Police put ban on DNA evidence
Statistical models used to interpret the data are now inadequate
POLICE forces across the country could have their DNA evidence thrown into doubt after Victoria Police discovered a systematic breakdown in how it interpreted DNA samples and warned that other jurisdictions would face the same problem.
No DNA evidence will be used in criminal cases in Victoria until at least mid-January after Chief Commissioner Simon Overland banned his forensic officers from testifying until the method used to interpret samples was reviewed.
He said yesterday that new technology -- brought online in September-- meant that more detailed information was obtained from DNA samples but the statistical models used to interpret the data had fallen behind and were now inadequate.
It is expected the ban on DNA testimony will affect at least six criminal cases in both the magistrates and county courts and lead to appeals of trials that have been heard in the past four months.
The ban comes on the eve of a Victorian Ombudsman's report on the troubled state of police forensic services and just days after a rape conviction based on contaminated DNA evidence was overturned.
Deputy Commissioner Ken Jones -- who has been asked by Mr Overland to lead the review on the scientific models used to interpret DNA data -- said Victoria was the first state in the country
to introduce the new technology and he predicted other states would face similar interpretation problems.
"I have spoken to some people around the commonwealth and their view is . . . that they are going to be in the same place that we are," Mr Jones said.

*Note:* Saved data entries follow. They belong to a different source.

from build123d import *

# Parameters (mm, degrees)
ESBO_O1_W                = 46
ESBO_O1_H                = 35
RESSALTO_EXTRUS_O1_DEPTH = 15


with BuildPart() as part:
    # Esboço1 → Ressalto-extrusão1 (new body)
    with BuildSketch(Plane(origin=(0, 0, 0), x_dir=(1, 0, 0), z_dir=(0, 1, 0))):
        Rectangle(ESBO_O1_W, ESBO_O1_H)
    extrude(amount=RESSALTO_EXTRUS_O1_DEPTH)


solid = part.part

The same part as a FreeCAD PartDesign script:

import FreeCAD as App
import Part
import Sketcher


def add_polygon(sketch, points):
    """Adds a closed chain of lines whose ends are joined by coincident constraints."""
    first, n = sketch.GeometryCount, len(points)
    for a, b in zip(points, points[1:] + points[:1]):
        sketch.addGeometry(Part.LineSegment(App.Vector(*a, 0), App.Vector(*b, 0)), False)
    for i in range(n):
        sketch.addConstraint(Sketcher.Constraint("Coincident", first + i, 2, first + (i + 1) % n, 1))

doc = App.newDocument("Part")
body = doc.addObject("PartDesign::Body", "Body")

sketch1 = body.newObject("Sketcher::SketchObject", "Sketch")
sketch1.AttachmentSupport = (doc.getObject("XZ_Plane"), [""])
sketch1.MapMode = "FlatFace"
add_polygon(sketch1, [(-23, -17.5), (-23, 17.5), (23, 17.5), (23, -17.5)])
sketch1.addConstraint([
    Sketcher.Constraint("Vertical", 0),
    Sketcher.Constraint("Horizontal", 1),
    Sketcher.Constraint("Vertical", 2),
    Sketcher.Constraint("Horizontal", 3),
    Sketcher.Constraint("Symmetric", 0, 2, 2, 2, -1, 1),
    Sketcher.Constraint("DistanceX", 1, 1, 1, 2, 46.0),
    Sketcher.Constraint("DistanceY", 0, 1, 0, 2, 35.0),
])
pad1 = body.newObject("PartDesign::Pad", "Pad")
pad1.Profile = sketch1
pad1.Length = 15
pad1.Reversed = True

doc.recompute()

However, a spokesman for NSW Police last night said he did not believe the state would experience the same problems as Victoria because it used more "conservative" methods of statistical interpretation.

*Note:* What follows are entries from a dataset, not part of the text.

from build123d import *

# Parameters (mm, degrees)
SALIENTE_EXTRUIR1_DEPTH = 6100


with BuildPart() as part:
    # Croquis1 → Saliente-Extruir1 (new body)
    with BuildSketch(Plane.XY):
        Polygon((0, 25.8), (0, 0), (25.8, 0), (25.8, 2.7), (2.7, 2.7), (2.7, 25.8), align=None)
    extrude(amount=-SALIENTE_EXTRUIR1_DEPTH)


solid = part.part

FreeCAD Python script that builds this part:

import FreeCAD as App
import Part
import Sketcher

V = App.Vector

doc = App.newDocument("Part")
body = doc.addObject("PartDesign::Body", "Body")

# Sketch on XY plane
sketch1 = body.newObject("Sketcher::SketchObject", "Sketch")
sketch1.AttachmentSupport = (doc.getObject("XY_Plane"), [""])
sketch1.MapMode = "FlatFace"
sketch1.addGeometry(Part.LineSegment(V(0, 25.8, 0), V(0, 0, 0)), False)
sketch1.addGeometry(Part.LineSegment(V(0, 0, 0), V(25.8, 0, 0)), False)
sketch1.addGeometry(Part.LineSegment(V(25.8, 0, 0), V(25.8, 2.7, 0)), False)
sketch1.addGeometry(Part.LineSegment(V(25.8, 2.7, 0), V(2.7, 2.7, 0)), False)
sketch1.addGeometry(Part.LineSegment(V(2.7, 2.7, 0), V(2.7, 25.8, 0)), False)
sketch1.addGeometry(Part.LineSegment(V(2.7, 25.8, 0), V(0, 25.8, 0)), False)
sketch1.addConstraint(Sketcher.Constraint("Coincident", 0, 2, 1, 1))
sketch1.addConstraint(Sketcher.Constraint("Coincident", 1, 2, 2, 1))
sketch1.addConstraint(Sketcher.Constraint("Coincident", 2, 2, 3, 1))
sketch1.addConstraint(Sketcher.Constraint("Coincident", 3, 2, 4, 1))
sketch1.addConstraint(Sketcher.Constraint("Coincident", 4, 2, 5, 1))
sketch1.addConstraint(Sketcher.Constraint("Coincident", 5, 2, 0, 1))
sketch1.addConstraint(Sketcher.Constraint("Vertical", 0))
sketch1.addConstraint(Sketcher.Constraint("Horizontal", 1))
sketch1.addConstraint(Sketcher.Constraint("Vertical", 2))
sketch1.addConstraint(Sketcher.Constraint("Horizontal", 3))
sketch1.addConstraint(Sketcher.Constraint("Vertical", 4))
sketch1.addConstraint(Sketcher.Constraint("Horizontal", 5))
sketch1.addConstraint(Sketcher.Constraint("Coincident", 0, 2, -1, 1))
sketch1.addConstraint(Sketcher.Constraint("Equal", 1, 0))
sketch1.addConstraint(Sketcher.Constraint("Equal", 5, 2))
sketch1.addConstraint(Sketcher.Constraint("DistanceX", 1, 1, 1, 2, 25.8))
sketch1.addConstraint(Sketcher.Constraint("DistanceX", 3, 2, 3, 1, 23.1))
pad1 = body.newObject("PartDesign::Pad", "Pad")
pad1.Profile = sketch1
pad1.Length = 6100
pad1.Reversed = True

doc.recompute()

Mr Overland said he was taking the drastic action to protect the integrity of DNA evidence and he hoped a working party led by Mr Jones would find new interpretation models before the courts reopen in January after the Christmas break.
"We have taken this step because it is absolutely about maintaining the confidence in the science of DNA and I think the best way to do that is to be absolutely transparent about this issue," Mr Overland said.

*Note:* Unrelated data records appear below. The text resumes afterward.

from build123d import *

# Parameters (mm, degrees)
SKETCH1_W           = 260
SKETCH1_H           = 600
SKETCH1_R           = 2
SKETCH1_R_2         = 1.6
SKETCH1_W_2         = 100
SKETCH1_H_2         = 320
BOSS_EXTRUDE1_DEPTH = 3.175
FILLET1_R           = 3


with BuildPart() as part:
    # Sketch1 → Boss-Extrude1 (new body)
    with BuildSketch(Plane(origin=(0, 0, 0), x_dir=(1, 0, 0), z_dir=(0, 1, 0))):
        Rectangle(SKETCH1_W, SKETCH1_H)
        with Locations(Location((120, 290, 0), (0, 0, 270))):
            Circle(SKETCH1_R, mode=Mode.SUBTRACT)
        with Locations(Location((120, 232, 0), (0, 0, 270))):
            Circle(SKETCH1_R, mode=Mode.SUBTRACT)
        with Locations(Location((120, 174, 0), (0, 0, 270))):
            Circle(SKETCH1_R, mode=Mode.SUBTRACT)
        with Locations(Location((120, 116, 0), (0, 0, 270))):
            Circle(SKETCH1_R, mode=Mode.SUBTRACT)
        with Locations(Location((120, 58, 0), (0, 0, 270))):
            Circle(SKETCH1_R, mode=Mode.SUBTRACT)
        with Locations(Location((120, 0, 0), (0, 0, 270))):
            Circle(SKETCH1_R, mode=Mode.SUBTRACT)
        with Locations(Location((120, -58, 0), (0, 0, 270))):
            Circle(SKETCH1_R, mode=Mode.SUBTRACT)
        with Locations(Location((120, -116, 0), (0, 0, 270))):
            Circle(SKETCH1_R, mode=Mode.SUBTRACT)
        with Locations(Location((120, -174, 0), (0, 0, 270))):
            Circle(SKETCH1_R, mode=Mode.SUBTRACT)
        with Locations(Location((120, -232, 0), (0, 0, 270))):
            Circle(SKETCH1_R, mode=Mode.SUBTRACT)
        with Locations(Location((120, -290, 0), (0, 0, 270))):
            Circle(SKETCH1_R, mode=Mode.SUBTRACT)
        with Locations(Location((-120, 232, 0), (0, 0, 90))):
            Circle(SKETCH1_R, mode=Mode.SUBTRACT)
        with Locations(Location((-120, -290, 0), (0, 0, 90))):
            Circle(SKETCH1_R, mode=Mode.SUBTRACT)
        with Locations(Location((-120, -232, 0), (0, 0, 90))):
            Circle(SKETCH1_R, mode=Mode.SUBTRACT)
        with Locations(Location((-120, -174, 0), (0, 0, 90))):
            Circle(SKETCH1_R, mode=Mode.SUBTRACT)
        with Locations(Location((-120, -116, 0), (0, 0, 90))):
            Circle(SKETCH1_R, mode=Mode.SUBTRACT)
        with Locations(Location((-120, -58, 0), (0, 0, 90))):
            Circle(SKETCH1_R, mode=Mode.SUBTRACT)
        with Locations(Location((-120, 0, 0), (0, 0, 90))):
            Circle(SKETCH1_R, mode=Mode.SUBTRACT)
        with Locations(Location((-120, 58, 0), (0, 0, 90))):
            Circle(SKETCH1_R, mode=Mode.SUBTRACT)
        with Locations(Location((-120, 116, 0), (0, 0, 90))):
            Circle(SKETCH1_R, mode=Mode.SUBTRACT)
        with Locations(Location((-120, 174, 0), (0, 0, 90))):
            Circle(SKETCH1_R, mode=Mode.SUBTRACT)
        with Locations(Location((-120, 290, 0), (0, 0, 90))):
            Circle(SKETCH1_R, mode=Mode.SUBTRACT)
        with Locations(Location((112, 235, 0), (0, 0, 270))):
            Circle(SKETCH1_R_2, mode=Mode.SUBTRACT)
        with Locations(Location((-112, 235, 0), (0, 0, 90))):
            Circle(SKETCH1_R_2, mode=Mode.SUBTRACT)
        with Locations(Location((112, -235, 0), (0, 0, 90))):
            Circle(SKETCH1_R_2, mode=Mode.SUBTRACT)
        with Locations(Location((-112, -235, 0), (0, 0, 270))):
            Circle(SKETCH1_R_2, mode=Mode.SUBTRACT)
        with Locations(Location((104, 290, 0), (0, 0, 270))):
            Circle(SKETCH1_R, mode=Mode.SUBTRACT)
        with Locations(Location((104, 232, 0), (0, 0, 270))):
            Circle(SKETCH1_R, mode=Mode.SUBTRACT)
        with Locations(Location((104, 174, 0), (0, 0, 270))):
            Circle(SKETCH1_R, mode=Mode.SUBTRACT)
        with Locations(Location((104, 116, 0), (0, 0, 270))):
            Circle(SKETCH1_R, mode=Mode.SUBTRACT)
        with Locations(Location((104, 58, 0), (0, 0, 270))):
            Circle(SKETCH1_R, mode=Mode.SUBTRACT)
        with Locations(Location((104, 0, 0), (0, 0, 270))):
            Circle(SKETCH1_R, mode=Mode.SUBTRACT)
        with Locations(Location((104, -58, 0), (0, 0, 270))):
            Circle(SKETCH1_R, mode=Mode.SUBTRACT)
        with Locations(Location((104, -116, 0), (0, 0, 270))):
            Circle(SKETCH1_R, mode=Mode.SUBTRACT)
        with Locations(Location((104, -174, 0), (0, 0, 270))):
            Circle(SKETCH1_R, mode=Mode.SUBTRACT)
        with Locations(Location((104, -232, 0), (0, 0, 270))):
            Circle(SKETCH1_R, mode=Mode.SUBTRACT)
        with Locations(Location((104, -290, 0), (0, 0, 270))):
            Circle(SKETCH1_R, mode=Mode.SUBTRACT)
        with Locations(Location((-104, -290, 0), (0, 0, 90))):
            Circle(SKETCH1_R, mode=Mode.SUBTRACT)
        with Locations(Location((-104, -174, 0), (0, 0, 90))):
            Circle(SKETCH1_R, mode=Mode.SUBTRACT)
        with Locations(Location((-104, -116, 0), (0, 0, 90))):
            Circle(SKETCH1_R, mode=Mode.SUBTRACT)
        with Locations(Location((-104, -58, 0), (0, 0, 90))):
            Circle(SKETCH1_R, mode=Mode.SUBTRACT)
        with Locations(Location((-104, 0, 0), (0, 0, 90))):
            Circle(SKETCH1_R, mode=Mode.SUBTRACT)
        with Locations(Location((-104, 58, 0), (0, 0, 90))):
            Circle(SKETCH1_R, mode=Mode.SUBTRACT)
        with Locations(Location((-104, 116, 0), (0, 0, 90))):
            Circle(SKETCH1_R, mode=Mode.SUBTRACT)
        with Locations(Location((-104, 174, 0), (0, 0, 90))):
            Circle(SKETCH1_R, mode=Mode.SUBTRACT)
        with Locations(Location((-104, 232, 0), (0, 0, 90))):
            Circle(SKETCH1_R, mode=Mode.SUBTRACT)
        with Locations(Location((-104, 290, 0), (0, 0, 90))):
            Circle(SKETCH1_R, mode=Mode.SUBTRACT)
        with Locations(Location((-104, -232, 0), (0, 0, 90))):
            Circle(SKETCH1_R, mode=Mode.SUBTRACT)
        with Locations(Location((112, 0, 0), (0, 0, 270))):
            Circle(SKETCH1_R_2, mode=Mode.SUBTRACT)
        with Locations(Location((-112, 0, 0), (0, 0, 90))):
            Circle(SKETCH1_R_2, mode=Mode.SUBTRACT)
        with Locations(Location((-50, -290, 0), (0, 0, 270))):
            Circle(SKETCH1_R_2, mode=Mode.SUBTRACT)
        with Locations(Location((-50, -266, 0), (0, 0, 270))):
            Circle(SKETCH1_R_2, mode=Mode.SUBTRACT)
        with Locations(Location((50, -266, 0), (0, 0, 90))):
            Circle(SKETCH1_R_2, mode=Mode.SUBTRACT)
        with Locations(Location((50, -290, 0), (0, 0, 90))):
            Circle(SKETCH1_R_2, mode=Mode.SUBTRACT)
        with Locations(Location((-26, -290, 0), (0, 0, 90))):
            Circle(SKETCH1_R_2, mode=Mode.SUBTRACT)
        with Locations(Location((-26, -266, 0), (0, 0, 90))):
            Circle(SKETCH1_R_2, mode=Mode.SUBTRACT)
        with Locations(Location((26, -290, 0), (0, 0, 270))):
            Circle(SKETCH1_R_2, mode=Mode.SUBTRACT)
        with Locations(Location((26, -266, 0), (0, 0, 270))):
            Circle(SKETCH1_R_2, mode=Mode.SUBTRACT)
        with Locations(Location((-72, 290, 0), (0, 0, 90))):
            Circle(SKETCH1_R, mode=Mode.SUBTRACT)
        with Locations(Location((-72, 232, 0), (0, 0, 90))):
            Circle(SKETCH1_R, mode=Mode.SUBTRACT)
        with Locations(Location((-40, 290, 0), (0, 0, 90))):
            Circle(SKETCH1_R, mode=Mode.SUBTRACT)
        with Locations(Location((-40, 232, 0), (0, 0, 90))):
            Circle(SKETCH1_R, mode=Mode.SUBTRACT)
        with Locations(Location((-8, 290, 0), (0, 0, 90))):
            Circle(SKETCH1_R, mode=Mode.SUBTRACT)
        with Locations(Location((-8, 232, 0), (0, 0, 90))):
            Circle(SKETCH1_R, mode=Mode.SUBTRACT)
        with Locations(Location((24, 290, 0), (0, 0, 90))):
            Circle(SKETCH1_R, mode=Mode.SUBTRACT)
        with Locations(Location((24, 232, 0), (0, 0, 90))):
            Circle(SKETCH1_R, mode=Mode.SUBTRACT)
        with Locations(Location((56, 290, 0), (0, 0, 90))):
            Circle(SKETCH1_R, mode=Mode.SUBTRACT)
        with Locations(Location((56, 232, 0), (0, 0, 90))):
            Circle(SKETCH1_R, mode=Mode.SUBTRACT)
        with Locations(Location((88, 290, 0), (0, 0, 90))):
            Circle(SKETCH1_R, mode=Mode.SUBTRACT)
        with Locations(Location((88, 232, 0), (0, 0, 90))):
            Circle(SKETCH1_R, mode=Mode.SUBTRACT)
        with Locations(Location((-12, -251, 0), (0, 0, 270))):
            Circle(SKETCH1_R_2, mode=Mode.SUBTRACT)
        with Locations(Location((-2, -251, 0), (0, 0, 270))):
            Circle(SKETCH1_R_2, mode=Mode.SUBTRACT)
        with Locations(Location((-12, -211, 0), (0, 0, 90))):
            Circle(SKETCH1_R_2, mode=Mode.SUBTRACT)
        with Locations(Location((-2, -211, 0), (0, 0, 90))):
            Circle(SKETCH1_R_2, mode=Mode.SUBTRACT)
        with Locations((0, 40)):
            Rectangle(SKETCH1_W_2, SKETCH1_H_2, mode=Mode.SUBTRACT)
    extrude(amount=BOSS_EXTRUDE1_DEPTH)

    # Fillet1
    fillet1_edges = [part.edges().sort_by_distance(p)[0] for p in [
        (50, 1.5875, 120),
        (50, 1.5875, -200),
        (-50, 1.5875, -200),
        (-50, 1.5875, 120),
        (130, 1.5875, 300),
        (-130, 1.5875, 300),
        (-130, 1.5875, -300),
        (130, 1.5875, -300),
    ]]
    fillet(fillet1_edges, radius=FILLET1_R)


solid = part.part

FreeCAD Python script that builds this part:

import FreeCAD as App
import Part
import Sketcher

V = App.Vector


def edges_at(feature, points):
    """Names of the edges that pass closest to the given points."""
    edges = feature.Shape.Edges
    near = lambda p: min(range(len(edges)), key=lambda i: edges[i].distToShape(Part.Vertex(*p))[0])
    return sorted({f"Edge{near(p) + 1}" for p in points})

doc = App.newDocument("Part")
body = doc.addObject("PartDesign::Body", "Body")

# Sketch on XZ plane
sketch1 = body.newObject("Sketcher::SketchObject", "Sketch")
sketch1.AttachmentSupport = (doc.getObject("XZ_Plane"), [""])
sketch1.MapMode = "FlatFace"
sketch1.addGeometry([
    Part.LineSegment(V(-130, -300, 0), V(-130, 300, 0)),  # 0
    Part.LineSegment(V(-130, 300, 0), V(130, 300, 0)),  # 1
    Part.LineSegment(V(130, 300, 0), V(130, -300, 0)),  # 2
    Part.LineSegment(V(130, -300, 0), V(-130, -300, 0)),  # 3
    Part.Circle(V(-120, 290, 0), V(0, 0, 1), 2),  # 4
    Part.Circle(V(-104, 290, 0), V(0, 0, 1), 2),  # 5
    Part.Circle(V(-120, 232, 0), V(0, 0, 1), 2),  # 6
    Part.Circle(V(-112, 235, 0), V(0, 0, 1), 1.6),  # 7
    Part.Circle(V(-104, 232, 0), V(0, 0, 1), 2),  # 8
    Part.Circle(V(-120, 174, 0), V(0, 0, 1), 2),  # 9
    Part.Circle(V(-104, 174, 0), V(0, 0, 1), 2),  # 10
    Part.Circle(V(-50, 290, 0), V(0, 0, 1), 1.6),  # 11
    Part.Circle(V(-50, 266, 0), V(0, 0, 1), 1.6),  # 12
    Part.Circle(V(-26, 290, 0), V(0, 0, 1), 1.6),  # 13
    Part.Circle(V(-26, 266, 0), V(0, 0, 1), 1.6),  # 14
    Part.Circle(V(-12, 251, 0), V(0, 0, 1), 1.6),  # 15
    Part.Circle(V(-2, 251, 0), V(0, 0, 1), 1.6),  # 16
    Part.Circle(V(-12, 211, 0), V(0, 0, 1), 1.6),  # 17
    Part.Circle(V(-2, 211, 0), V(0, 0, 1), 1.6),  # 18
    Part.Circle(V(-120, 116, 0), V(0, 0, 1), 2),  # 19
    Part.Circle(V(-104, 116, 0), V(0, 0, 1), 2),  # 20
    Part.Circle(V(-120, 58, 0), V(0, 0, 1), 2),  # 21
    Part.Circle(V(-104, 58, 0), V(0, 0, 1), 2),  # 22
    Part.Circle(V(26, 290, 0), V(0, 0, 1), 1.6),  # 23
    Part.Circle(V(26, 266, 0), V(0, 0, 1), 1.6),  # 24
    Part.Circle(V(50, 290, 0), V(0, 0, 1), 1.6),  # 25
    Part.Circle(V(50, 266, 0), V(0, 0, 1), 1.6),  # 26
    Part.Circle(V(104, 290, 0), V(0, 0, 1), 2),  # 27
    Part.Circle(V(120, 290, 0), V(0, 0, 1), 2),  # 28
    Part.Circle(V(104, 232, 0), V(0, 0, 1), 2),  # 29
    Part.Circle(V(112, 235, 0), V(0, 0, 1), 1.6),  # 30
    Part.Circle(V(120, 232, 0), V(0, 0, 1), 2),  # 31
    Part.Circle(V(104, 174, 0), V(0, 0, 1), 2),  # 32
    Part.Circle(V(120, 174, 0), V(0, 0, 1), 2),  # 33
    Part.Circle(V(104, 116, 0), V(0, 0, 1), 2),  # 34
    Part.Circle(V(120, 116, 0), V(0, 0, 1), 2),  # 35
    Part.Circle(V(104, 58, 0), V(0, 0, 1), 2),  # 36
    Part.Circle(V(120, 58, 0), V(0, 0, 1), 2),  # 37
    Part.Circle(V(-120, 0, 0), V(0, 0, 1), 2),  # 38
    Part.Circle(V(-112, 0, 0), V(0, 0, 1), 1.6),  # 39
    Part.Circle(V(-104, 0, 0), V(0, 0, 1), 2),  # 40
    Part.Circle(V(-120, -58, 0), V(0, 0, 1), 2),  # 41
    Part.Circle(V(-104, -58, 0), V(0, 0, 1), 2),  # 42
    Part.Circle(V(-120, -116, 0), V(0, 0, 1), 2),  # 43
    Part.Circle(V(-104, -116, 0), V(0, 0, 1), 2),  # 44
    Part.Circle(V(-120, -174, 0), V(0, 0, 1), 2),  # 45
    Part.Circle(V(-104, -174, 0), V(0, 0, 1), 2),  # 46
    Part.Circle(V(-120, -232, 0), V(0, 0, 1), 2),  # 47
    Part.Circle(V(-112, -235, 0), V(0, 0, 1), 1.6),  # 48
    Part.Circle(V(-104, -232, 0), V(0, 0, 1), 2),  # 49
    Part.Circle(V(-120, -290, 0), V(0, 0, 1), 2),  # 50
    Part.Circle(V(-104, -290, 0), V(0, 0, 1), 2),  # 51
    Part.Circle(V(-72, -232, 0), V(0, 0, 1), 2),  # 52
    Part.Circle(V(-72, -290, 0), V(0, 0, 1), 2),  # 53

He denied the court freeze had anything to do with contamination problems or was a pre-emptive response to the ombudsman's report, saying he had decided only on Tuesday night to go ahead with the unprecedented step of banning DNA evidence.
The Law Institute of Victoria said the decision left defendants in legal limbo, while the Victorian Criminal Bar Association head John Champion said he expected defence lawyers to revisit some cases.
Victorian Attorney-General Rob Hulls played down suggestions that the suspension of DNA evidence would lead to a flood of appeals.